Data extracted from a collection
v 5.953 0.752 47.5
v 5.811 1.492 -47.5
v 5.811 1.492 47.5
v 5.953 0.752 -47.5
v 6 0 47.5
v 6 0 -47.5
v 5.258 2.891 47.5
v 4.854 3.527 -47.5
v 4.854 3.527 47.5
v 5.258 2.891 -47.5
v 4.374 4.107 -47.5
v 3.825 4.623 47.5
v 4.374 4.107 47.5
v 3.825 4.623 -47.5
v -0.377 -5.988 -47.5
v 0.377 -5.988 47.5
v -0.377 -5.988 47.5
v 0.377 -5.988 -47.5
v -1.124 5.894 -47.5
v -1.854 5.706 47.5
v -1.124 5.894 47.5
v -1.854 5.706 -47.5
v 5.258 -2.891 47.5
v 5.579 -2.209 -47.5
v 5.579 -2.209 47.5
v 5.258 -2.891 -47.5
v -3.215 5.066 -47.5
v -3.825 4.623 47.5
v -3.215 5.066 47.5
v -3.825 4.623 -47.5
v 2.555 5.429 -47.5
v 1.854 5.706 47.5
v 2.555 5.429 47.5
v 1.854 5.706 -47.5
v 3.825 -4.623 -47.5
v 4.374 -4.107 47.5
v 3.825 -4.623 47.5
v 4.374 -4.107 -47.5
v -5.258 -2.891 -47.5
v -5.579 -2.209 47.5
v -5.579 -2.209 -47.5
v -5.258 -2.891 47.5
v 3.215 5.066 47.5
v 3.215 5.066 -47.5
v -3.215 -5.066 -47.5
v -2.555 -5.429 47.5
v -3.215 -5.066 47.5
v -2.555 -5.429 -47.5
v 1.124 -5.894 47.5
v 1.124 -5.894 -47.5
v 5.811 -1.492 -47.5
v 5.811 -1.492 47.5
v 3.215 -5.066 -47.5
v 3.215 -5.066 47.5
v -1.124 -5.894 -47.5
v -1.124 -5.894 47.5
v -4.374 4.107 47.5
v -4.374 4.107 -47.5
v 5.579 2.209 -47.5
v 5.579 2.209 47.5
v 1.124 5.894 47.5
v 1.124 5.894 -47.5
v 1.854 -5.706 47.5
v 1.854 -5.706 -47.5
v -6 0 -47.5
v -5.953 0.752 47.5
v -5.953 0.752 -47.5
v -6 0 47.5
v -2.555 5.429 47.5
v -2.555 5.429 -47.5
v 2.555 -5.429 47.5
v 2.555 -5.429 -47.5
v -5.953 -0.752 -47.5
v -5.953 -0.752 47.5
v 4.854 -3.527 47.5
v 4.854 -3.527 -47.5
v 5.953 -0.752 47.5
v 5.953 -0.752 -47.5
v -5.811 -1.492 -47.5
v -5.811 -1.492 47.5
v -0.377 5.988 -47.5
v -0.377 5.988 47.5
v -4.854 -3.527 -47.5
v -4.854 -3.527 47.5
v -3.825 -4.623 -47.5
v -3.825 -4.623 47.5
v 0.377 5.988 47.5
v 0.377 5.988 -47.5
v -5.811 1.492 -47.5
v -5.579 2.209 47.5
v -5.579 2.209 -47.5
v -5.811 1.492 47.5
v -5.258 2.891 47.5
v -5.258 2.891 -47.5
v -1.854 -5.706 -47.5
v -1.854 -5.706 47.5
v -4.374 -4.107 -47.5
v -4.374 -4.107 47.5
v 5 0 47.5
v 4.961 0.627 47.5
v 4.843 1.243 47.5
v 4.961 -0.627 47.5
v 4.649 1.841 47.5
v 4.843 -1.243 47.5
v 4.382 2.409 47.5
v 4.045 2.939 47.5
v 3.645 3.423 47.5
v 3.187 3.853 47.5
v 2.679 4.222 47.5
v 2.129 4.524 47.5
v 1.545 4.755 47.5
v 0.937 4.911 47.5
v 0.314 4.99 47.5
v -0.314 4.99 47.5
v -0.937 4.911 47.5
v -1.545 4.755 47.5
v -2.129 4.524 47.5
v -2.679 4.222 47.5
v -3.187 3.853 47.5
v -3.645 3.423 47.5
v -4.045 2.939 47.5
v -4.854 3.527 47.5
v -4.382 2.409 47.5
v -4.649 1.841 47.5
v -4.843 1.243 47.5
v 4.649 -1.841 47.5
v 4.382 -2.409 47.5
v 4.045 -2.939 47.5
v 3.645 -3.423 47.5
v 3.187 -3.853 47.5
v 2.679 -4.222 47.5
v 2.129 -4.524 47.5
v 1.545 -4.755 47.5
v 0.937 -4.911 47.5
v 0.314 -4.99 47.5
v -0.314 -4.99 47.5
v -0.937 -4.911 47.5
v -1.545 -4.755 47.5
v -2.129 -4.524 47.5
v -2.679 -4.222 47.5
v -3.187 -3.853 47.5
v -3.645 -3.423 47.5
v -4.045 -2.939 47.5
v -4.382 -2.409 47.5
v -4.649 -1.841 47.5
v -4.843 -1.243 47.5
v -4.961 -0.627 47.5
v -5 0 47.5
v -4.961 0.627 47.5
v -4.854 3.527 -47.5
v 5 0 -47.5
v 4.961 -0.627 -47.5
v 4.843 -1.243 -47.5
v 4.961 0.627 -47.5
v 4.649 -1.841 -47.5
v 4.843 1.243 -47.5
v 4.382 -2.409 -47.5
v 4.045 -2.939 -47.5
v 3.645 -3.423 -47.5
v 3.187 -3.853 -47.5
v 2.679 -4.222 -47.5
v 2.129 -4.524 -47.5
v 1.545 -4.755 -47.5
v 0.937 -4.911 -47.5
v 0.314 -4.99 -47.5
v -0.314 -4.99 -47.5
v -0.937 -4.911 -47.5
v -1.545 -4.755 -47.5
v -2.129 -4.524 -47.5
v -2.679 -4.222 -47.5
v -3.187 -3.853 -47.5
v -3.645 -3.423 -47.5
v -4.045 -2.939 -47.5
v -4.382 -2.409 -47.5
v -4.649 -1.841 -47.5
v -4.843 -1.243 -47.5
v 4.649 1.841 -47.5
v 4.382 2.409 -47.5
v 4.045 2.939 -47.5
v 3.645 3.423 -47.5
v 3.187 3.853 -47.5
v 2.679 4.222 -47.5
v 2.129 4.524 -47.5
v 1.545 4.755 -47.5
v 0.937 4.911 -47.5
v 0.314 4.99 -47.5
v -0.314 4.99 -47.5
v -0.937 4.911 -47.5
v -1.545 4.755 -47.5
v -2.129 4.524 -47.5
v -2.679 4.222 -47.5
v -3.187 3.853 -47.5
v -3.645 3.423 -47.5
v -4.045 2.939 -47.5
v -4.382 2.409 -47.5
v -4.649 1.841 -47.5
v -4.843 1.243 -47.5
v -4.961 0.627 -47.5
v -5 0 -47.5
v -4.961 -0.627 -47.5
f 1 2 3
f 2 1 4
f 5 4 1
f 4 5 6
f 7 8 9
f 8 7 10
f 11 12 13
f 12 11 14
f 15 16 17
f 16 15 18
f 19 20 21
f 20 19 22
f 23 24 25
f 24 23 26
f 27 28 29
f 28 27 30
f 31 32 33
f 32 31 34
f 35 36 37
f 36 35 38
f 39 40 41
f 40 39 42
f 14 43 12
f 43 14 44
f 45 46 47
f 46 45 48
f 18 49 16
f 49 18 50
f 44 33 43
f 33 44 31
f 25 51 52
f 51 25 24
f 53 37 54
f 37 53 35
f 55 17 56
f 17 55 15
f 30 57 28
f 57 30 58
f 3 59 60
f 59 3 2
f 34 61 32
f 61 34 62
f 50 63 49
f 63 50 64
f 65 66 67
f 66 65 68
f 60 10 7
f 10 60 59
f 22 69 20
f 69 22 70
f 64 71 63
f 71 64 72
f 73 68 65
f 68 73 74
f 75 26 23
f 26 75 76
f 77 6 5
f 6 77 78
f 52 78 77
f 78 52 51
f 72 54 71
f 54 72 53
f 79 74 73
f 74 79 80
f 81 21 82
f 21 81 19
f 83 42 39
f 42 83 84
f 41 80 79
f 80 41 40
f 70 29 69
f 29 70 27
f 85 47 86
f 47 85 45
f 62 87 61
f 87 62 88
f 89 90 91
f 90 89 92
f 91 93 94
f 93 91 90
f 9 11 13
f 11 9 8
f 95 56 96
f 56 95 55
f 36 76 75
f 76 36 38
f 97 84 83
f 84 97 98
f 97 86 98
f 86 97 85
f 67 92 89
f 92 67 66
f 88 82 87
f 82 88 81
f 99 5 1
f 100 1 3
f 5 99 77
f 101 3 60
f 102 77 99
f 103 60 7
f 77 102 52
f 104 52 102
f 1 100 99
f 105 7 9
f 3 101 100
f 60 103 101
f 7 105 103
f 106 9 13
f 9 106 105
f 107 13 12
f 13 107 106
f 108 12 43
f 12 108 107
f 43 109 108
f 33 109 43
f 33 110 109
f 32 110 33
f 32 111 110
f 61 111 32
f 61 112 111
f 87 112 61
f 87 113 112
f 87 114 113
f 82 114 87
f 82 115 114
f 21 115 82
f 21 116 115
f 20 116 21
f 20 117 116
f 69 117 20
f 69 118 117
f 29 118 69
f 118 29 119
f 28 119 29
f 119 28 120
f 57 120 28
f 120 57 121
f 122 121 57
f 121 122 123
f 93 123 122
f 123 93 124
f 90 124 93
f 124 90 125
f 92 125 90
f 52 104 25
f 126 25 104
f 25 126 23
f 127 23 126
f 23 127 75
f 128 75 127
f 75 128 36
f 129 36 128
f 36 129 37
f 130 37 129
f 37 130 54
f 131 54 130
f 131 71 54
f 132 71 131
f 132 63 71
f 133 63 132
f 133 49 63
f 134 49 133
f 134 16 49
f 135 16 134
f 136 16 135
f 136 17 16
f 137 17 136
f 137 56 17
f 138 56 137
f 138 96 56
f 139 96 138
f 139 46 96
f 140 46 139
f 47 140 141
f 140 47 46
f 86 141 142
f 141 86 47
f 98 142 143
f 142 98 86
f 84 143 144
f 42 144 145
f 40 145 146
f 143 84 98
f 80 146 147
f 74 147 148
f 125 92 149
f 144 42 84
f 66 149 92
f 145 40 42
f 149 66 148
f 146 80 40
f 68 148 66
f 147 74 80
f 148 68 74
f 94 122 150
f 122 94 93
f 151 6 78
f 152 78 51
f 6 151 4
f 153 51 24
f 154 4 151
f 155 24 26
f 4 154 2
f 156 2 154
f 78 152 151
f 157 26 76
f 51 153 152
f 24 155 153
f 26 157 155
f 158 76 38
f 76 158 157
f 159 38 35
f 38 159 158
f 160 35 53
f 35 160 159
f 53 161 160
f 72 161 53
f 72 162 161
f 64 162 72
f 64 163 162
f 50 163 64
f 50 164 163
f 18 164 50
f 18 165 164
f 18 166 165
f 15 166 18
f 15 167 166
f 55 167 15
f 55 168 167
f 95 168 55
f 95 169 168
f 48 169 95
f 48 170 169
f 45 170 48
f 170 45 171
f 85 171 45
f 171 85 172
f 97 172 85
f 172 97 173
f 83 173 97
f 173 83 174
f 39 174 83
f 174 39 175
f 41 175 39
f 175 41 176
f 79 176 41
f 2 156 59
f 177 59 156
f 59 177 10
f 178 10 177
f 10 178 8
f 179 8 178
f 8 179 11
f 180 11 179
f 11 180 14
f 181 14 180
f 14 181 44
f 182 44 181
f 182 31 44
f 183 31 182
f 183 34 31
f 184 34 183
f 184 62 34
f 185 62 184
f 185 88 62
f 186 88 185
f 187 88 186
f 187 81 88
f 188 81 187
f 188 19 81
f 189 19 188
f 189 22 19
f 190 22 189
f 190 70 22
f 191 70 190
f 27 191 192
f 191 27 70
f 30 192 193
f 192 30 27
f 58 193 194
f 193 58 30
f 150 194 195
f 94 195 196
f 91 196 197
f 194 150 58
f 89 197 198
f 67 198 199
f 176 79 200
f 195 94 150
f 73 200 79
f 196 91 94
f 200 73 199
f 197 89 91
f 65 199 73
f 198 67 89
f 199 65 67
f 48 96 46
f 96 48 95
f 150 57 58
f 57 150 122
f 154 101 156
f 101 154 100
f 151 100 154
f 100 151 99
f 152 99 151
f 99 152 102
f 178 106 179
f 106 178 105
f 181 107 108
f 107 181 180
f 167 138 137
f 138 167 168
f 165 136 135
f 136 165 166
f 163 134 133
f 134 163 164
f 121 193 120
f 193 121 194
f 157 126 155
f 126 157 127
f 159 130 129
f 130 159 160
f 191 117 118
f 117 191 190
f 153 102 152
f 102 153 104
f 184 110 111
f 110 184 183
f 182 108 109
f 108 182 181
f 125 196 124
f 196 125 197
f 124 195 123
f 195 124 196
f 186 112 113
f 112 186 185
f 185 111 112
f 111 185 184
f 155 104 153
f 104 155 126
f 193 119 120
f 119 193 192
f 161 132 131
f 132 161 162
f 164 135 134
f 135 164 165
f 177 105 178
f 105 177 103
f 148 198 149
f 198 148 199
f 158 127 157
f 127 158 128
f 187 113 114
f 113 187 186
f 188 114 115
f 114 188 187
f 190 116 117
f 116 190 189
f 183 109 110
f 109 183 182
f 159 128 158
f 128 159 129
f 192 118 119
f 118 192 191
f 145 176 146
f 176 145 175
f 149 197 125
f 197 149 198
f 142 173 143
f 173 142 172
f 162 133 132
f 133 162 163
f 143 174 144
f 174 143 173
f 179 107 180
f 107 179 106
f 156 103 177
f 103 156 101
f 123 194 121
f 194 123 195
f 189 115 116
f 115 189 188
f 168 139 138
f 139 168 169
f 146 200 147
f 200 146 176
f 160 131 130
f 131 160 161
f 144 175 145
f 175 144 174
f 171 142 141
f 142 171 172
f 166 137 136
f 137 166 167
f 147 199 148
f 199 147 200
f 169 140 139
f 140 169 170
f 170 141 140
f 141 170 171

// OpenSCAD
$fn = 50;


difference() {
	union() {
		translate(v = [0, 0, -47.5000000000]) {
			cylinder(h = 95, r = 6.0000000000);
		}
	}
	union() {
		translate(v = [0, 0, -100.0000000000]) {
			cylinder(h = 200, r = 5.0000000000);
		}
	}
}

Work request:
Copy the lines above exactly, beginning at the line that has "f 121 122 123" and stopping after the line that has "f 35 160 159", and omit the rest.

Output of the exercise:
f 121 122 123
f 93 123 122
f 123 93 124
f 90 124 93
f 124 90 125
f 92 125 90
f 52 104 25
f 126 25 104
f 25 126 23
f 127 23 126
f 23 127 75
f 128 75 127
f 75 128 36
f 129 36 128
f 36 129 37
f 130 37 129
f 37 130 54
f 131 54 130
f 131 71 54
f 132 71 131
f 132 63 71
f 133 63 132
f 133 49 63
f 134 49 133
f 134 16 49
f 135 16 134
f 136 16 135
f 136 17 16
f 137 17 136
f 137 56 17
f 138 56 137
f 138 96 56
f 139 96 138
f 139 46 96
f 140 46 139
f 47 140 141
f 140 47 46
f 86 141 142
f 141 86 47
f 98 142 143
f 142 98 86
f 84 143 144
f 42 144 145
f 40 145 146
f 143 84 98
f 80 146 147
f 74 147 148
f 125 92 149
f 144 42 84
f 66 149 92
f 145 40 42
f 149 66 148
f 146 80 40
f 68 148 66
f 147 74 80
f 148 68 74
f 94 122 150
f 122 94 93
f 151 6 78
f 152 78 51
f 6 151 4
f 153 51 24
f 154 4 151
f 155 24 26
f 4 154 2
f 156 2 154
f 78 152 151
f 157 26 76
f 51 153 152
f 24 155 153
f 26 157 155
f 158 76 38
f 76 158 157
f 159 38 35
f 38 159 158
f 160 35 53
f 35 160 159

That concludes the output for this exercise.